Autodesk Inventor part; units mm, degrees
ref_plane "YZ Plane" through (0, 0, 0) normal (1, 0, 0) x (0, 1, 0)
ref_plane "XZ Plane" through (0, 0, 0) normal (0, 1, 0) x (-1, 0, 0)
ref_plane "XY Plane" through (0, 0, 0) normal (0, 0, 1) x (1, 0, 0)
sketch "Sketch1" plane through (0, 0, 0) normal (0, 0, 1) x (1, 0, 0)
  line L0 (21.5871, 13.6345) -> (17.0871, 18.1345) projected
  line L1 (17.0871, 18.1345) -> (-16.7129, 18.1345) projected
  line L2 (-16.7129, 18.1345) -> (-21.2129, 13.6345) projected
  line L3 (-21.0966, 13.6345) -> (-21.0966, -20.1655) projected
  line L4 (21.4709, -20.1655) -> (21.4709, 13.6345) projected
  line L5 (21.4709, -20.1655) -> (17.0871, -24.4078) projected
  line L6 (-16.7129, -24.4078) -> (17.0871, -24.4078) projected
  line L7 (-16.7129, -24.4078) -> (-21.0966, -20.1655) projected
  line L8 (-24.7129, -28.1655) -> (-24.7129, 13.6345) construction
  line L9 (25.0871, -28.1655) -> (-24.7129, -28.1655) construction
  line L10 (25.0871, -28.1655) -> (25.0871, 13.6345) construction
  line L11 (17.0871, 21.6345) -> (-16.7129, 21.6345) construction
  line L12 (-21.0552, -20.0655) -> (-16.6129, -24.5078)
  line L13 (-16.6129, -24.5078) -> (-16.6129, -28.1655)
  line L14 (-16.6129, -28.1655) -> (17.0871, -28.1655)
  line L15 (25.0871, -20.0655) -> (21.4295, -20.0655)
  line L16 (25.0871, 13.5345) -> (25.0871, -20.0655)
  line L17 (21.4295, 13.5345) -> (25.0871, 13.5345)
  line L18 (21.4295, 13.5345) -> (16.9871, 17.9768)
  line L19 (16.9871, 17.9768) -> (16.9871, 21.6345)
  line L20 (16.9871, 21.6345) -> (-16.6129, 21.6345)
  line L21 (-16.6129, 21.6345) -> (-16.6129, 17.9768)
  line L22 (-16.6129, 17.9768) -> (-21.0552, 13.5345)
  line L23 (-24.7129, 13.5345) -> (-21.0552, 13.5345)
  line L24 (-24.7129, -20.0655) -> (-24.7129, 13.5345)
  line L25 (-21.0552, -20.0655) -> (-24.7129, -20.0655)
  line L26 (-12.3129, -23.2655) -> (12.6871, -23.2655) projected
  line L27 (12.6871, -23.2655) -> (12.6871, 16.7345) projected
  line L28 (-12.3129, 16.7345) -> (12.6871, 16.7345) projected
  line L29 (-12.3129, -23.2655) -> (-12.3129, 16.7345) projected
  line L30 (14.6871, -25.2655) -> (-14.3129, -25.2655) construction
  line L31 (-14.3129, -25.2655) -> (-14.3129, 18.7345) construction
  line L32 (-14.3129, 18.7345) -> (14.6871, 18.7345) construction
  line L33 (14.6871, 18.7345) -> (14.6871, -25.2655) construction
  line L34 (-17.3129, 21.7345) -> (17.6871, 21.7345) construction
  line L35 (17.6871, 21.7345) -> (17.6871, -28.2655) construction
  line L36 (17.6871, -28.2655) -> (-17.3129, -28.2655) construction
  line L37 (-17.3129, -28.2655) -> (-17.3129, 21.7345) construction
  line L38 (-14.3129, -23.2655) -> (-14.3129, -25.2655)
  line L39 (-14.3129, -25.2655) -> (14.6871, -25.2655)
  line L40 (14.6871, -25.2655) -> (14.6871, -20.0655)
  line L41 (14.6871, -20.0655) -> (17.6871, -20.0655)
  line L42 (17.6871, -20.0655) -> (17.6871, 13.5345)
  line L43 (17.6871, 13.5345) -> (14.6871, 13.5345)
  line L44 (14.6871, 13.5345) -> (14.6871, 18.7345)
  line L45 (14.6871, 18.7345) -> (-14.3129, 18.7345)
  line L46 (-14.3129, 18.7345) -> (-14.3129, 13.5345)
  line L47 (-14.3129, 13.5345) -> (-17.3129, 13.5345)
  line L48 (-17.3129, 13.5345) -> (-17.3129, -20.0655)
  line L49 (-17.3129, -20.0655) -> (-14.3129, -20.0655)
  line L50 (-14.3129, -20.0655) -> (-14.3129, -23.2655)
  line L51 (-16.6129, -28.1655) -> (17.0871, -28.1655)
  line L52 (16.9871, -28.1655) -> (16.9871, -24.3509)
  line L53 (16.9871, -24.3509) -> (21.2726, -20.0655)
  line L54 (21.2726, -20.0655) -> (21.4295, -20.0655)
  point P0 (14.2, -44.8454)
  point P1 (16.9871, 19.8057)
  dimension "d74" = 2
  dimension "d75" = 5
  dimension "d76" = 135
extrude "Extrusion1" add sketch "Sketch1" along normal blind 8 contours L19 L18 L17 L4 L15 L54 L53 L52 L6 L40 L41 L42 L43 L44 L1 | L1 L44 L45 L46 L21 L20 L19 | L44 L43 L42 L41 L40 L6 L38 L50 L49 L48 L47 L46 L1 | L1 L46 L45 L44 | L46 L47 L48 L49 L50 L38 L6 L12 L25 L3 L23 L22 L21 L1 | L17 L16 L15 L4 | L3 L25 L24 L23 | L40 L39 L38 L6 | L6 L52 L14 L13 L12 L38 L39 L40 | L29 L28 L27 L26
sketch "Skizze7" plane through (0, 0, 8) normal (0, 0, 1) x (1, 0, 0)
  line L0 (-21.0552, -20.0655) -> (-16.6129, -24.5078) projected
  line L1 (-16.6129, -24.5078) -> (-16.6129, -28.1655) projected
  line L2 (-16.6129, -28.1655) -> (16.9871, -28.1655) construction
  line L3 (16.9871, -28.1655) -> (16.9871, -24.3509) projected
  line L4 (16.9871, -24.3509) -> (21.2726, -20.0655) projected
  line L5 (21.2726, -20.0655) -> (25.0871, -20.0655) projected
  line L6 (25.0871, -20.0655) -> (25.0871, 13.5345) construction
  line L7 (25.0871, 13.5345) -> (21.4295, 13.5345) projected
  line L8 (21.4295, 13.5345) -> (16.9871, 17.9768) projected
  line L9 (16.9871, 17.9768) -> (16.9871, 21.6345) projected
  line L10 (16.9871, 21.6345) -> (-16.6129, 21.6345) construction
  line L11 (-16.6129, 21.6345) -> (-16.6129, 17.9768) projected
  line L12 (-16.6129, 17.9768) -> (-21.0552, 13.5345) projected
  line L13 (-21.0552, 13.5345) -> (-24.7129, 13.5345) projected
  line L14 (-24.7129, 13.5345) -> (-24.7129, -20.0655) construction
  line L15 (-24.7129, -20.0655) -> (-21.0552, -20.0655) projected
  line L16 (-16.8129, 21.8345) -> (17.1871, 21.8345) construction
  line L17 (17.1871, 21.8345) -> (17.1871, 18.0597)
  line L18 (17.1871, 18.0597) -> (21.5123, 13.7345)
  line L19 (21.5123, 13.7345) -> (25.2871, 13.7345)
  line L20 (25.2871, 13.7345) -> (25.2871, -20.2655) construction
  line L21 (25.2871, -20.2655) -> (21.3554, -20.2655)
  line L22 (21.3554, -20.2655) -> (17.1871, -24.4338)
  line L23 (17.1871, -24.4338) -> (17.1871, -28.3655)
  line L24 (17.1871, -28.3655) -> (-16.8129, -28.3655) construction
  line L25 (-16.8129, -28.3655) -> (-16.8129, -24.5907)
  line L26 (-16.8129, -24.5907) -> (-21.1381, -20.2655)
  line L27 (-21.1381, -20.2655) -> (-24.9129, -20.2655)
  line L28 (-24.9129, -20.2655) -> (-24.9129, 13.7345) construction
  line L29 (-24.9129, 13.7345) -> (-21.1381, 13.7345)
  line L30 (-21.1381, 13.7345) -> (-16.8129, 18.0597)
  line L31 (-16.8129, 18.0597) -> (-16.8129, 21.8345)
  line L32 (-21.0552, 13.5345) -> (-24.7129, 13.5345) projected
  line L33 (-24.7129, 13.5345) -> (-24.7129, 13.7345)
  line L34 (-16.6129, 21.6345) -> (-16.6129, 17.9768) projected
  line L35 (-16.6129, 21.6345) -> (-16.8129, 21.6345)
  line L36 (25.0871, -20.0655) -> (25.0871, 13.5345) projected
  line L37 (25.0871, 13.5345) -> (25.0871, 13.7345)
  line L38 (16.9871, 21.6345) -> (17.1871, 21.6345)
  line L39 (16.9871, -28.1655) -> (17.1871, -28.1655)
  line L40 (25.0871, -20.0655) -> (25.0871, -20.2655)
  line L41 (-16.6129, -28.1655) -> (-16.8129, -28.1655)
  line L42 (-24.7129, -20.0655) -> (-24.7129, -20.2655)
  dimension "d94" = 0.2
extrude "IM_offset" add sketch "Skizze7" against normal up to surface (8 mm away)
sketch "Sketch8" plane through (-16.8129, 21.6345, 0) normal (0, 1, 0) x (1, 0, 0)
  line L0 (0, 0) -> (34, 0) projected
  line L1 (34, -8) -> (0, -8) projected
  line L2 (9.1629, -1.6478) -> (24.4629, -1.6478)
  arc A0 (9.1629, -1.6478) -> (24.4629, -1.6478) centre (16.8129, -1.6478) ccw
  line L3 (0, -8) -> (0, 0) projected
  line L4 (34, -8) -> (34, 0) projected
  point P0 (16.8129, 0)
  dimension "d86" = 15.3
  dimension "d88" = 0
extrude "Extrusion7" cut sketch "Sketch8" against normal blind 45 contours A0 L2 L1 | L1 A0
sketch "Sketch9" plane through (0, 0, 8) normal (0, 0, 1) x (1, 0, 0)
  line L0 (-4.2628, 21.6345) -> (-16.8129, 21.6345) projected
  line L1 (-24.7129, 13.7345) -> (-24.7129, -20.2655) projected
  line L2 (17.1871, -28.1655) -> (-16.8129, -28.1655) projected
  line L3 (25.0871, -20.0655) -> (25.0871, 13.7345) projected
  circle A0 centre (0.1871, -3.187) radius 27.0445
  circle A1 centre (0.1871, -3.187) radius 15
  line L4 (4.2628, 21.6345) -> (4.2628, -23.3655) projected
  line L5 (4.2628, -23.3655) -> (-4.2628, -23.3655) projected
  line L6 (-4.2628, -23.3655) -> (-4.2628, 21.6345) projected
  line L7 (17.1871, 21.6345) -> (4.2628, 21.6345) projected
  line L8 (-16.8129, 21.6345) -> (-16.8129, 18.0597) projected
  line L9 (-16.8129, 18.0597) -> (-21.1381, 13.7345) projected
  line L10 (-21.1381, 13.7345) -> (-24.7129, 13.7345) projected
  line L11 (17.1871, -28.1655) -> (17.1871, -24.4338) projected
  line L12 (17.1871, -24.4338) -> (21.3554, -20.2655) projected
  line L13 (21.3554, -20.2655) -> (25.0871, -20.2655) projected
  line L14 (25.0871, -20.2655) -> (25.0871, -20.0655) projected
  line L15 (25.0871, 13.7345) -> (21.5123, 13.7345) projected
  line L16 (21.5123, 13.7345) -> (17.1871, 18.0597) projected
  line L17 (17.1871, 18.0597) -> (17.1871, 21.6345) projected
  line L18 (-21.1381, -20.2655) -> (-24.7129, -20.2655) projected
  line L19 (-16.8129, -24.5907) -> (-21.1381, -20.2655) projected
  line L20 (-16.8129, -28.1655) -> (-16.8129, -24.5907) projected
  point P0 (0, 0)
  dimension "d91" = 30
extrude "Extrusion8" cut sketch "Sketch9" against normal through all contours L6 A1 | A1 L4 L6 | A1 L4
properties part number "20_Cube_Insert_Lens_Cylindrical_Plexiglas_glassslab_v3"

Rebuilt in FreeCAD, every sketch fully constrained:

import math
import FreeCAD as App
import Part
import Sketcher
Q = App.Units.Quantity


def add_polygon(sketch, points):
    """Adds a closed chain of lines whose ends are joined by coincident constraints."""
    first, n = sketch.GeometryCount, len(points)
    for a, b in zip(points, points[1:] + points[:1]):
        sketch.addGeometry(Part.LineSegment(App.Vector(*a, 0), App.Vector(*b, 0)), False)
    for i in range(n):
        sketch.addConstraint(Sketcher.Constraint("Coincident", first + i, 2, first + (i + 1) % n, 1))

doc = App.newDocument("Part")
body = doc.addObject("PartDesign::Body", "Body")

# Sketch on XY plane
sketch1 = body.newObject("Sketcher::SketchObject", "Sketch")
sketch1.AttachmentSupport = (doc.getObject("XY_Plane"), [""])
sketch1.MapMode = "FlatFace"
add_polygon(sketch1, [(17, 18), (17, 21.6), (-16.6, 21.6), (-16.6, 18), (-21.1, 13.5), (-24.7, 13.5), (-24.7, -20.1), (-21.1, -20.1), (-16.6, -24.5), (-16.6, -28.2), (17, -28.2), (17, -24.4), (21.3, -20.1), (25.1, -20.1), (25.1, 13.5), (21.4, 13.5)])  # lines 0-15
sketch1.addConstraint(Sketcher.Constraint("Vertical", 0))
sketch1.addConstraint(Sketcher.Constraint("Horizontal", 1))
sketch1.addConstraint(Sketcher.Constraint("Vertical", 2))
sketch1.addConstraint(Sketcher.Constraint("Horizontal", 4))
sketch1.addConstraint(Sketcher.Constraint("Vertical", 5))
sketch1.addConstraint(Sketcher.Constraint("Horizontal", 6))
sketch1.addConstraint(Sketcher.Constraint("Vertical", 8))
sketch1.addConstraint(Sketcher.Constraint("Horizontal", 9))
sketch1.addConstraint(Sketcher.Constraint("Vertical", 10))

------------------------------

◆ What the task requires ◆
Across the whole listing above, find every line with the string "dimension" and copy it.

◆ Answer to this problem ◆
  dimension "d74" = 2
  dimension "d75" = 5
  dimension "d76" = 135
  dimension "d94" = 0.2
  dimension "d86" = 15.3
  dimension "d88" = 0
  dimension "d91" = 30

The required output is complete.